**TO DO**.
Return every line from the one with "#257=EDGE_LOOP('',(#251,#254,#255,#256));" through the one with "#263=VERTEX_POINT('',#262);", inclusive, exactly as it appears below.

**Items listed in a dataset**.
----
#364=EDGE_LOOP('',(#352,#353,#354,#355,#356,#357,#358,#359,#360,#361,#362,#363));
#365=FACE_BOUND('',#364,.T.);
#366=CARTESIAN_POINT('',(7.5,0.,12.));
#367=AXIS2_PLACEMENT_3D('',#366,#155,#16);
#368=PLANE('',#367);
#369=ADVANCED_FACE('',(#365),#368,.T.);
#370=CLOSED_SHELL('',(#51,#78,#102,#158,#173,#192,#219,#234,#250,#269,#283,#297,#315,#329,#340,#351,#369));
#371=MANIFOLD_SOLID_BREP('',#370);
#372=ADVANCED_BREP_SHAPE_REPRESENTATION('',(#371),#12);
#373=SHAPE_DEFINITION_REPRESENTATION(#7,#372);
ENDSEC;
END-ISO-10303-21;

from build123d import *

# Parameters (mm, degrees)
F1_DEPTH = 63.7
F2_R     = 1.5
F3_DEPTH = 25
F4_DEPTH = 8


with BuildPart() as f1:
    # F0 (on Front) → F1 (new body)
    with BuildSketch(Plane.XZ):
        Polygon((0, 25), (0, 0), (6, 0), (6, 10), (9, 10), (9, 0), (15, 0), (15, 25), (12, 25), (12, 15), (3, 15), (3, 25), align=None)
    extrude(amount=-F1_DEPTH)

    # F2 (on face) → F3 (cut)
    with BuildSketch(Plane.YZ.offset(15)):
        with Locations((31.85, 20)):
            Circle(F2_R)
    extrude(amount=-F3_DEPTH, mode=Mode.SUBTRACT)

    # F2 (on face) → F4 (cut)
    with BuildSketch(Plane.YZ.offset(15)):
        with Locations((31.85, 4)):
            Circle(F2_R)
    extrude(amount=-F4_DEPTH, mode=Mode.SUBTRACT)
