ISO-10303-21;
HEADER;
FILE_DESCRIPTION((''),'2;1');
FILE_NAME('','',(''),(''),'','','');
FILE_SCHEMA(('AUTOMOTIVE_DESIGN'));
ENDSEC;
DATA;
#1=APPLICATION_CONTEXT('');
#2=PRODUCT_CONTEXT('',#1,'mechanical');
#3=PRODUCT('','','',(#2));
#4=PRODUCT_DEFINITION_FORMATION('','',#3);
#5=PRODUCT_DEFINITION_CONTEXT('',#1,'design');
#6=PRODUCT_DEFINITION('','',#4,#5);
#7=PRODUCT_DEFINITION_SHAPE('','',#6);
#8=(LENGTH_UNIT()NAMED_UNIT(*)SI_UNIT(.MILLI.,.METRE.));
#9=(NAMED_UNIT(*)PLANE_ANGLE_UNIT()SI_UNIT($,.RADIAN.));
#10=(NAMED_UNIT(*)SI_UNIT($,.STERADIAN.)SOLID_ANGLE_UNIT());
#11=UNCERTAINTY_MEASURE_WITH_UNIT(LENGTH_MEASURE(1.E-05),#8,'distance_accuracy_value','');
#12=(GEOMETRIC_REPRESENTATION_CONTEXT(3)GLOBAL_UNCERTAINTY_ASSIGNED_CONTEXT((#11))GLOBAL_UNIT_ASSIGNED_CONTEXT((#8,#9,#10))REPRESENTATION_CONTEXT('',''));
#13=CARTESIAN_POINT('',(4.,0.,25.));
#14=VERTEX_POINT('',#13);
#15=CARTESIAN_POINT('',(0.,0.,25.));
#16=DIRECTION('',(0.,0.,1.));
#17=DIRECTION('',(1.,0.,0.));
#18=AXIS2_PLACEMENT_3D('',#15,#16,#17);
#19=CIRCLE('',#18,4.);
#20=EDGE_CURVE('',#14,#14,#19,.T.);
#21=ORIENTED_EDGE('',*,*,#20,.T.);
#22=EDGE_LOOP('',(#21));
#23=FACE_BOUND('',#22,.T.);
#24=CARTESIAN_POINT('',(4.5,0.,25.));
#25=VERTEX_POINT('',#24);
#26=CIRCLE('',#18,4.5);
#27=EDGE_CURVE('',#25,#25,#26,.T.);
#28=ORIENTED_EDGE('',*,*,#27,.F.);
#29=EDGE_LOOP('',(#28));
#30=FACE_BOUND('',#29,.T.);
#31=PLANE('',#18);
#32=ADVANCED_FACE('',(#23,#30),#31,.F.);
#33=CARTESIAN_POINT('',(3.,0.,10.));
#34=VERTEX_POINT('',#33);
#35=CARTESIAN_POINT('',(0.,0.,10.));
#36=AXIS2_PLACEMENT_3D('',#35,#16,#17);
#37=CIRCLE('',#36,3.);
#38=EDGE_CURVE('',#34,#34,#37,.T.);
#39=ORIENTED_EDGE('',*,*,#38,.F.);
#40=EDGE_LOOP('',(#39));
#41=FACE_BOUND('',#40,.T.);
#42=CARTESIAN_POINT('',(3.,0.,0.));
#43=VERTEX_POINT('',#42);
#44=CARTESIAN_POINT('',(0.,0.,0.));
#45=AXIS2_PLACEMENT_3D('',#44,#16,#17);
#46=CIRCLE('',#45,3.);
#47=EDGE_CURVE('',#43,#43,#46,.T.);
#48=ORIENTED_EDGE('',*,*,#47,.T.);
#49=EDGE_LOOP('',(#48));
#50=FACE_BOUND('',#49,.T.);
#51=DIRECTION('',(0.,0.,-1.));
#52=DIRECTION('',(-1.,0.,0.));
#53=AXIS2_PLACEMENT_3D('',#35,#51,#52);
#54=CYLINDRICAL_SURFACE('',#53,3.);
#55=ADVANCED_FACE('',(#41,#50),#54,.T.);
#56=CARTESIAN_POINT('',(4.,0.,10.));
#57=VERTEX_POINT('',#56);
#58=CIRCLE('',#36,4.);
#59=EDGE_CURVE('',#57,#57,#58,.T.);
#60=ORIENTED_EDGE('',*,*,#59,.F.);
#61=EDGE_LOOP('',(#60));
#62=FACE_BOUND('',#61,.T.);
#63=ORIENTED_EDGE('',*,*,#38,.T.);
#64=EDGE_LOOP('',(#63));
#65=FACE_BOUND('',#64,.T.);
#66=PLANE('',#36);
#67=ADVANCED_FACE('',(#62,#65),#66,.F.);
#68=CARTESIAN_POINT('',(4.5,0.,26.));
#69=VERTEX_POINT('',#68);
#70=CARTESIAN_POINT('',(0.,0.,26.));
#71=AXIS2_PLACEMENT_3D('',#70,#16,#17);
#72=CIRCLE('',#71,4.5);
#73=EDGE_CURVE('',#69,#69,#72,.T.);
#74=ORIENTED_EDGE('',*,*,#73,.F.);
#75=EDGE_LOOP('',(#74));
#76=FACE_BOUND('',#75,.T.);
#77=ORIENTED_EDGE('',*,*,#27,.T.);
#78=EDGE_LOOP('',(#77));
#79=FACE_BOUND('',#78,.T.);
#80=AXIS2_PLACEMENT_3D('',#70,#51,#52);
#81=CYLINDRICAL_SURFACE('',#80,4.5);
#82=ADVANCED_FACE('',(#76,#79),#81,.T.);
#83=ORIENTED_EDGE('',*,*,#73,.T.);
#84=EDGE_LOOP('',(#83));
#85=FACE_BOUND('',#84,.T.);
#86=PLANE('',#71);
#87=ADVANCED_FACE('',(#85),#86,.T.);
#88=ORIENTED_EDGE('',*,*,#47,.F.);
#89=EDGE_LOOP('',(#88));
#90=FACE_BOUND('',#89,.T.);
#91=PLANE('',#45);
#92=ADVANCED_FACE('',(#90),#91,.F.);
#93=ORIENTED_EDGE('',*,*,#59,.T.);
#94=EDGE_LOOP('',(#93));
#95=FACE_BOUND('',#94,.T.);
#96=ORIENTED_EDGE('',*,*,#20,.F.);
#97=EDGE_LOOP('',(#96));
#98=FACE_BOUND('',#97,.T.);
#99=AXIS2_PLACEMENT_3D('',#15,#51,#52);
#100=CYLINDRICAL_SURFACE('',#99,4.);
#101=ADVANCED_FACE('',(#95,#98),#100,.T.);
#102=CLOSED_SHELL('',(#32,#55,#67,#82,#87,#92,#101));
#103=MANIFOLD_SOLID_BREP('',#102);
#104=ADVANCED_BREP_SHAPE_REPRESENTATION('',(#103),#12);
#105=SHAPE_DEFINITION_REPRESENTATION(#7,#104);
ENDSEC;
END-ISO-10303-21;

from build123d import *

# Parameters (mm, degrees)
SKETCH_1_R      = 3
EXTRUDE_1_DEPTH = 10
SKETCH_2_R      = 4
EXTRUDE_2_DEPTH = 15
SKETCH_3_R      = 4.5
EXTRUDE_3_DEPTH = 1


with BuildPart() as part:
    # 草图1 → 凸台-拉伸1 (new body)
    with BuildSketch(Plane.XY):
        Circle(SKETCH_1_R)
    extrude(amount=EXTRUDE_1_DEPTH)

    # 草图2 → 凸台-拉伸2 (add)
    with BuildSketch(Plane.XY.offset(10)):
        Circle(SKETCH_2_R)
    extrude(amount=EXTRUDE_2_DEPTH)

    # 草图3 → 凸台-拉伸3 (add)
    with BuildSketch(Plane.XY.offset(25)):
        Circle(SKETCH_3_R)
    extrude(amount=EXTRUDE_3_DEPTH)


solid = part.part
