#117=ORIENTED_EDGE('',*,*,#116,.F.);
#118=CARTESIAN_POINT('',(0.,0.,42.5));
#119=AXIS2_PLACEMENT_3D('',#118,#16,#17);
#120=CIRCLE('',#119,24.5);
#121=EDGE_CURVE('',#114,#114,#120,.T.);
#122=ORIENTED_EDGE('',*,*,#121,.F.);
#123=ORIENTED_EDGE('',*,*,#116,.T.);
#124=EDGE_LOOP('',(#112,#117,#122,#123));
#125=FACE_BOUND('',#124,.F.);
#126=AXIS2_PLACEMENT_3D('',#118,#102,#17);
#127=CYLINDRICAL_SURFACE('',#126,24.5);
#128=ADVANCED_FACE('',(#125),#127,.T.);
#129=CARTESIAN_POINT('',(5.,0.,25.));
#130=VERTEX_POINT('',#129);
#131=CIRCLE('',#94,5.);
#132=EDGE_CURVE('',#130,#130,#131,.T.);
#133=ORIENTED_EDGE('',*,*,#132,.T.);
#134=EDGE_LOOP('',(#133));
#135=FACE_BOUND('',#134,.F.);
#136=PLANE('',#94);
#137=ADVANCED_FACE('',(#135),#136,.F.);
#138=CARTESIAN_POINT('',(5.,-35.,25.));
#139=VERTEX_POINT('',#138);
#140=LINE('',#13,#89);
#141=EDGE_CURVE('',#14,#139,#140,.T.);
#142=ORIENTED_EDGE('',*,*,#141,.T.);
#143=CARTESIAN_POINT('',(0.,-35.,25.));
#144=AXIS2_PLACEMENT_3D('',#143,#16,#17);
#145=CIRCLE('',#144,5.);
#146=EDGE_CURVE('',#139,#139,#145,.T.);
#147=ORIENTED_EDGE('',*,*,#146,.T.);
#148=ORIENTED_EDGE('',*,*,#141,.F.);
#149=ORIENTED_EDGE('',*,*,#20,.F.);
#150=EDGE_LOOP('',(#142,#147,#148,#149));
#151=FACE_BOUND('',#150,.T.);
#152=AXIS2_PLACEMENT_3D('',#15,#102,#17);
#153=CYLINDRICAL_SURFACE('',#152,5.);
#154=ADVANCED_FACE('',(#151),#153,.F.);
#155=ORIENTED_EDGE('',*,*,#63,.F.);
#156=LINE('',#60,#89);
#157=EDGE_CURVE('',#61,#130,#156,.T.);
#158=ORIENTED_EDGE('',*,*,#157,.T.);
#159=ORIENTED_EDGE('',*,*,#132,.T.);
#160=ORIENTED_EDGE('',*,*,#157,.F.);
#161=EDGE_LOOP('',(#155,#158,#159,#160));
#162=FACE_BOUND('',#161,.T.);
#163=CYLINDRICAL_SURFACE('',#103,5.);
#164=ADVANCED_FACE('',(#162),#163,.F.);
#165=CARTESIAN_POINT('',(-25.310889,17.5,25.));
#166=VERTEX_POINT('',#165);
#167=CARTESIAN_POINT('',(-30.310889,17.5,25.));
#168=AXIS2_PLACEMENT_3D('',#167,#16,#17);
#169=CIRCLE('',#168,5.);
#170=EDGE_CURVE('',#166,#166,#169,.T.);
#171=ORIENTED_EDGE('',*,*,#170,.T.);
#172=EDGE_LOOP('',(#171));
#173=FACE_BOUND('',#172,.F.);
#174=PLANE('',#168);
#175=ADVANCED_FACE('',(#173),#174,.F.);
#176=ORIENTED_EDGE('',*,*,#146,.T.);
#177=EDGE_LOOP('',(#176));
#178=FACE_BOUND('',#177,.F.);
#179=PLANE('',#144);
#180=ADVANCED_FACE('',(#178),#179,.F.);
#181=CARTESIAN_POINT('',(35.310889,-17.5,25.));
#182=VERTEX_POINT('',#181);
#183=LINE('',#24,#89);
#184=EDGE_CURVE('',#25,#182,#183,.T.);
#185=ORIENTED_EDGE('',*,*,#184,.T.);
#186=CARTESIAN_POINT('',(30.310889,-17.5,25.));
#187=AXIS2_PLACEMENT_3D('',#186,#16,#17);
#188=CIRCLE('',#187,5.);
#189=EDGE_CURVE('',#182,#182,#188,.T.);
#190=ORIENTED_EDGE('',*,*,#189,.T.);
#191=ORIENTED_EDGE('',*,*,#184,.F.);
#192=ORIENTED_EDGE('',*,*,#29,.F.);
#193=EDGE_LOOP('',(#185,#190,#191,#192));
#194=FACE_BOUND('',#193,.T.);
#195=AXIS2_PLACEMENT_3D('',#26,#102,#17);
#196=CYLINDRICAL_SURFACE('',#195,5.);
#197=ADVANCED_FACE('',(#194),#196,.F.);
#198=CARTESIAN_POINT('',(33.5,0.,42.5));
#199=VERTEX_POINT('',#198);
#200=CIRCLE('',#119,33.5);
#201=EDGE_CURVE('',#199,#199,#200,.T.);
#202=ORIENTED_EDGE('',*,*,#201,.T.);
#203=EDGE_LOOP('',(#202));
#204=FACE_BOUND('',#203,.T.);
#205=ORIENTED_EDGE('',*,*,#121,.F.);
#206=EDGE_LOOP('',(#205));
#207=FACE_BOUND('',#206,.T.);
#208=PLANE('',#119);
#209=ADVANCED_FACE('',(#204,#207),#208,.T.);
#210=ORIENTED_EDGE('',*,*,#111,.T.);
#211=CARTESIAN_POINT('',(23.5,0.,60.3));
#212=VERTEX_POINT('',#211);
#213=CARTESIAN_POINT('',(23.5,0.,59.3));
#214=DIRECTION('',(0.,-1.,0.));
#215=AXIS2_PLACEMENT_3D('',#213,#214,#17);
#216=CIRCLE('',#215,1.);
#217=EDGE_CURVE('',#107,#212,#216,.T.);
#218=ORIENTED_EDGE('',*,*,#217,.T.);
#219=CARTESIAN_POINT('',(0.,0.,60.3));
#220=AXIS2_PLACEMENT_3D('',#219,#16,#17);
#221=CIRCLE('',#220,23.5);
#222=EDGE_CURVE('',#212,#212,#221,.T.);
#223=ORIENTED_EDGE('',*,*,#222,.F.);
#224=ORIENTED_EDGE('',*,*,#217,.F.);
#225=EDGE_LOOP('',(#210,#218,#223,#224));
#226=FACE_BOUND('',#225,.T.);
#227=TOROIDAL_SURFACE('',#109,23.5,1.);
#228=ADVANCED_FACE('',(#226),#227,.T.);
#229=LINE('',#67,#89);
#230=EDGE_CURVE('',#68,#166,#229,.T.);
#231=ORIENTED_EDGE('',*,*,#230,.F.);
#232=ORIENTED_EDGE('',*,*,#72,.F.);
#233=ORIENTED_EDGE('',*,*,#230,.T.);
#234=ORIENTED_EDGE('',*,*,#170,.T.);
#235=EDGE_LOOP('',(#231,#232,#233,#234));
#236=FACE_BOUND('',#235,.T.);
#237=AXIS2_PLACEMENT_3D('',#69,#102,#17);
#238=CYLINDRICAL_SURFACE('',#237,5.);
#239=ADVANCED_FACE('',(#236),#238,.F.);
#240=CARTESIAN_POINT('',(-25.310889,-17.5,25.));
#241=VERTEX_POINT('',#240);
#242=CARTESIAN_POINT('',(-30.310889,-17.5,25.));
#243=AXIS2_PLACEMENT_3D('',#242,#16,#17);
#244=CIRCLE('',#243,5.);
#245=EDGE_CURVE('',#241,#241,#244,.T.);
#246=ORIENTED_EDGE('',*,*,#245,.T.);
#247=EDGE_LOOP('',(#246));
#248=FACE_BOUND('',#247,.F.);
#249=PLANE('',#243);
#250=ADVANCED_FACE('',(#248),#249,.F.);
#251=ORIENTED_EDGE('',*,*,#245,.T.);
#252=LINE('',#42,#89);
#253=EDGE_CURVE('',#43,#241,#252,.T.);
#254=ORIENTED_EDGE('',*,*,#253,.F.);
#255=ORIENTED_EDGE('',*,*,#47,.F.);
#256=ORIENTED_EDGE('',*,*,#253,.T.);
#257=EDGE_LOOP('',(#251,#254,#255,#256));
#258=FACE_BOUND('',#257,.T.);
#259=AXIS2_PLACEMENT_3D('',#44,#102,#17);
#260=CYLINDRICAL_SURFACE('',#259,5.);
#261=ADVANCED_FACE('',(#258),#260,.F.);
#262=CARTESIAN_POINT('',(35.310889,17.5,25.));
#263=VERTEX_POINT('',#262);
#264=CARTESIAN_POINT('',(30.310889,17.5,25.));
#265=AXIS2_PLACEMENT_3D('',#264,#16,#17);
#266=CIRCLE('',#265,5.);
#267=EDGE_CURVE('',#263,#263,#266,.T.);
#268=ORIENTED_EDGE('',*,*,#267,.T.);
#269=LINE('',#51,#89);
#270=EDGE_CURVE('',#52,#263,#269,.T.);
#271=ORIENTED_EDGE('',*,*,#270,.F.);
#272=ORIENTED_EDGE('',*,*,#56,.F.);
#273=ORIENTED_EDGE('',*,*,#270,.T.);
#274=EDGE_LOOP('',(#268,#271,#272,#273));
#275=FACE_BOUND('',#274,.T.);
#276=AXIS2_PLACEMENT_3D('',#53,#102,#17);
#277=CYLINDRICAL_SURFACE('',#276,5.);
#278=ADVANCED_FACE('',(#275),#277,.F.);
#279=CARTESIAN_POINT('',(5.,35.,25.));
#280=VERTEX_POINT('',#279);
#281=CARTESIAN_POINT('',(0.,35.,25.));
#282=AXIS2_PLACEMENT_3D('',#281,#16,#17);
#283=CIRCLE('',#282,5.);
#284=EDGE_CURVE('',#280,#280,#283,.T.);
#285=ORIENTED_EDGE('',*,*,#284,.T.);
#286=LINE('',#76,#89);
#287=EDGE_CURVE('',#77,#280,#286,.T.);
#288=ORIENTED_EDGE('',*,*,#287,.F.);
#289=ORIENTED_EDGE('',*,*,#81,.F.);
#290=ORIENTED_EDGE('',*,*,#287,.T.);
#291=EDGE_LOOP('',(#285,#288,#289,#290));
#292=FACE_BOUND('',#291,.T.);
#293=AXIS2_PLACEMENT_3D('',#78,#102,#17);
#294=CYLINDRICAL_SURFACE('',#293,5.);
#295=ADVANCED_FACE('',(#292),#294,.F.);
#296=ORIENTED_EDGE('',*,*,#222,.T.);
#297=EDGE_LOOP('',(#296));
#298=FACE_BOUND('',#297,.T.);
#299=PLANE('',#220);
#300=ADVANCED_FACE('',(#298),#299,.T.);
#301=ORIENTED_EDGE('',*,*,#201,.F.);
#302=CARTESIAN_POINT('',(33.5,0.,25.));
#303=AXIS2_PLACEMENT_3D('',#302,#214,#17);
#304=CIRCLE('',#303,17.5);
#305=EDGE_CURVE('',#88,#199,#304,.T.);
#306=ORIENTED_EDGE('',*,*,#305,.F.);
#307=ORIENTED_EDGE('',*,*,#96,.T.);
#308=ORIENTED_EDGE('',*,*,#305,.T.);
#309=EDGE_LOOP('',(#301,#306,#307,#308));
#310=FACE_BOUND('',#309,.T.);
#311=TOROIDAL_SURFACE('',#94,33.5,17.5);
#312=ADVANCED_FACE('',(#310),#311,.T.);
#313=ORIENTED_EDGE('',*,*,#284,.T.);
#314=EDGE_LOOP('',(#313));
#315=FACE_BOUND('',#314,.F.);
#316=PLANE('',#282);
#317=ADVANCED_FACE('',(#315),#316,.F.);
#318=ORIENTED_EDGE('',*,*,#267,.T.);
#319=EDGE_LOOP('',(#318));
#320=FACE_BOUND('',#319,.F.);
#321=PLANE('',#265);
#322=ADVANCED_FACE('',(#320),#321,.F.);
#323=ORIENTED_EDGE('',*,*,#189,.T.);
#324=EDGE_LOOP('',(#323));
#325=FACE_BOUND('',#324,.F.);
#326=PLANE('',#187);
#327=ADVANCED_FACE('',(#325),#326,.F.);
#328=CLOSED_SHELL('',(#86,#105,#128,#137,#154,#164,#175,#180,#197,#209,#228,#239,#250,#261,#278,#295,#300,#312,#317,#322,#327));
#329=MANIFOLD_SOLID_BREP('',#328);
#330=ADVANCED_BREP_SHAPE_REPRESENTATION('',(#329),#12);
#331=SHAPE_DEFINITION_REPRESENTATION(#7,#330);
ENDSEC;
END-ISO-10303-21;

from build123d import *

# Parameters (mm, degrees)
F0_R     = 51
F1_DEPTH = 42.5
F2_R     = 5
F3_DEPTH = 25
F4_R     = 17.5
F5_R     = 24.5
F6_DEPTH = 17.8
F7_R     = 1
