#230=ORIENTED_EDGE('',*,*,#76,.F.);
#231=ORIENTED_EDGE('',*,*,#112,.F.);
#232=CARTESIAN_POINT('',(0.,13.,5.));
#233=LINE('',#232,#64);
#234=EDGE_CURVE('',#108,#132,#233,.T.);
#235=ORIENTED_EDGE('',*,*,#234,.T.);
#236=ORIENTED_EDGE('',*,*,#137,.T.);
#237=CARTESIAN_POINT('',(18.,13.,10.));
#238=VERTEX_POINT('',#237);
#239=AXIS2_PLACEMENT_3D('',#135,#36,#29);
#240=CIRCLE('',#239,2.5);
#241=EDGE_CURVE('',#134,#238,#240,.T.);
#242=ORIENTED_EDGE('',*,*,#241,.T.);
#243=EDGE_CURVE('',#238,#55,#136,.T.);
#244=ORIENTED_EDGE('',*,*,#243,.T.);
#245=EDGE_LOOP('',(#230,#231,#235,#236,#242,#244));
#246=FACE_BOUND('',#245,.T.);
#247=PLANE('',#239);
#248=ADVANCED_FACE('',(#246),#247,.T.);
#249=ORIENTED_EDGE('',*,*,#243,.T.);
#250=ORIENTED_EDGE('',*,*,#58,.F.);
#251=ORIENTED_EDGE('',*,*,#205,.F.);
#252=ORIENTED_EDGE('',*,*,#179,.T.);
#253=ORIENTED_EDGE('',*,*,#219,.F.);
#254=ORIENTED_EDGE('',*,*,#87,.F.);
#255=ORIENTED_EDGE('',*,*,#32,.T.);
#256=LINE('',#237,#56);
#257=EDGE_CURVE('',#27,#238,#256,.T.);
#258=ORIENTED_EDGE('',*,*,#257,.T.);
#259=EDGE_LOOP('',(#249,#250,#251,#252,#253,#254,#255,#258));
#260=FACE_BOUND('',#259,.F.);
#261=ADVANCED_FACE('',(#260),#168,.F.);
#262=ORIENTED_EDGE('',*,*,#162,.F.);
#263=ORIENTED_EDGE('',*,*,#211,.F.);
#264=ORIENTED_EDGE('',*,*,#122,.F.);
----
**YOUR RESPONSE**.
#257=EDGE_LOOP('',(#251,#254,#255,#256));
#258=FACE_BOUND('',#257,.T.);
#259=AXIS2_PLACEMENT_3D('',#44,#102,#17);
#260=CYLINDRICAL_SURFACE('',#259,5.);
#261=ADVANCED_FACE('',(#258),#260,.F.);
#262=CARTESIAN_POINT('',(35.310889,17.5,25.));
#263=VERTEX_POINT('',#262);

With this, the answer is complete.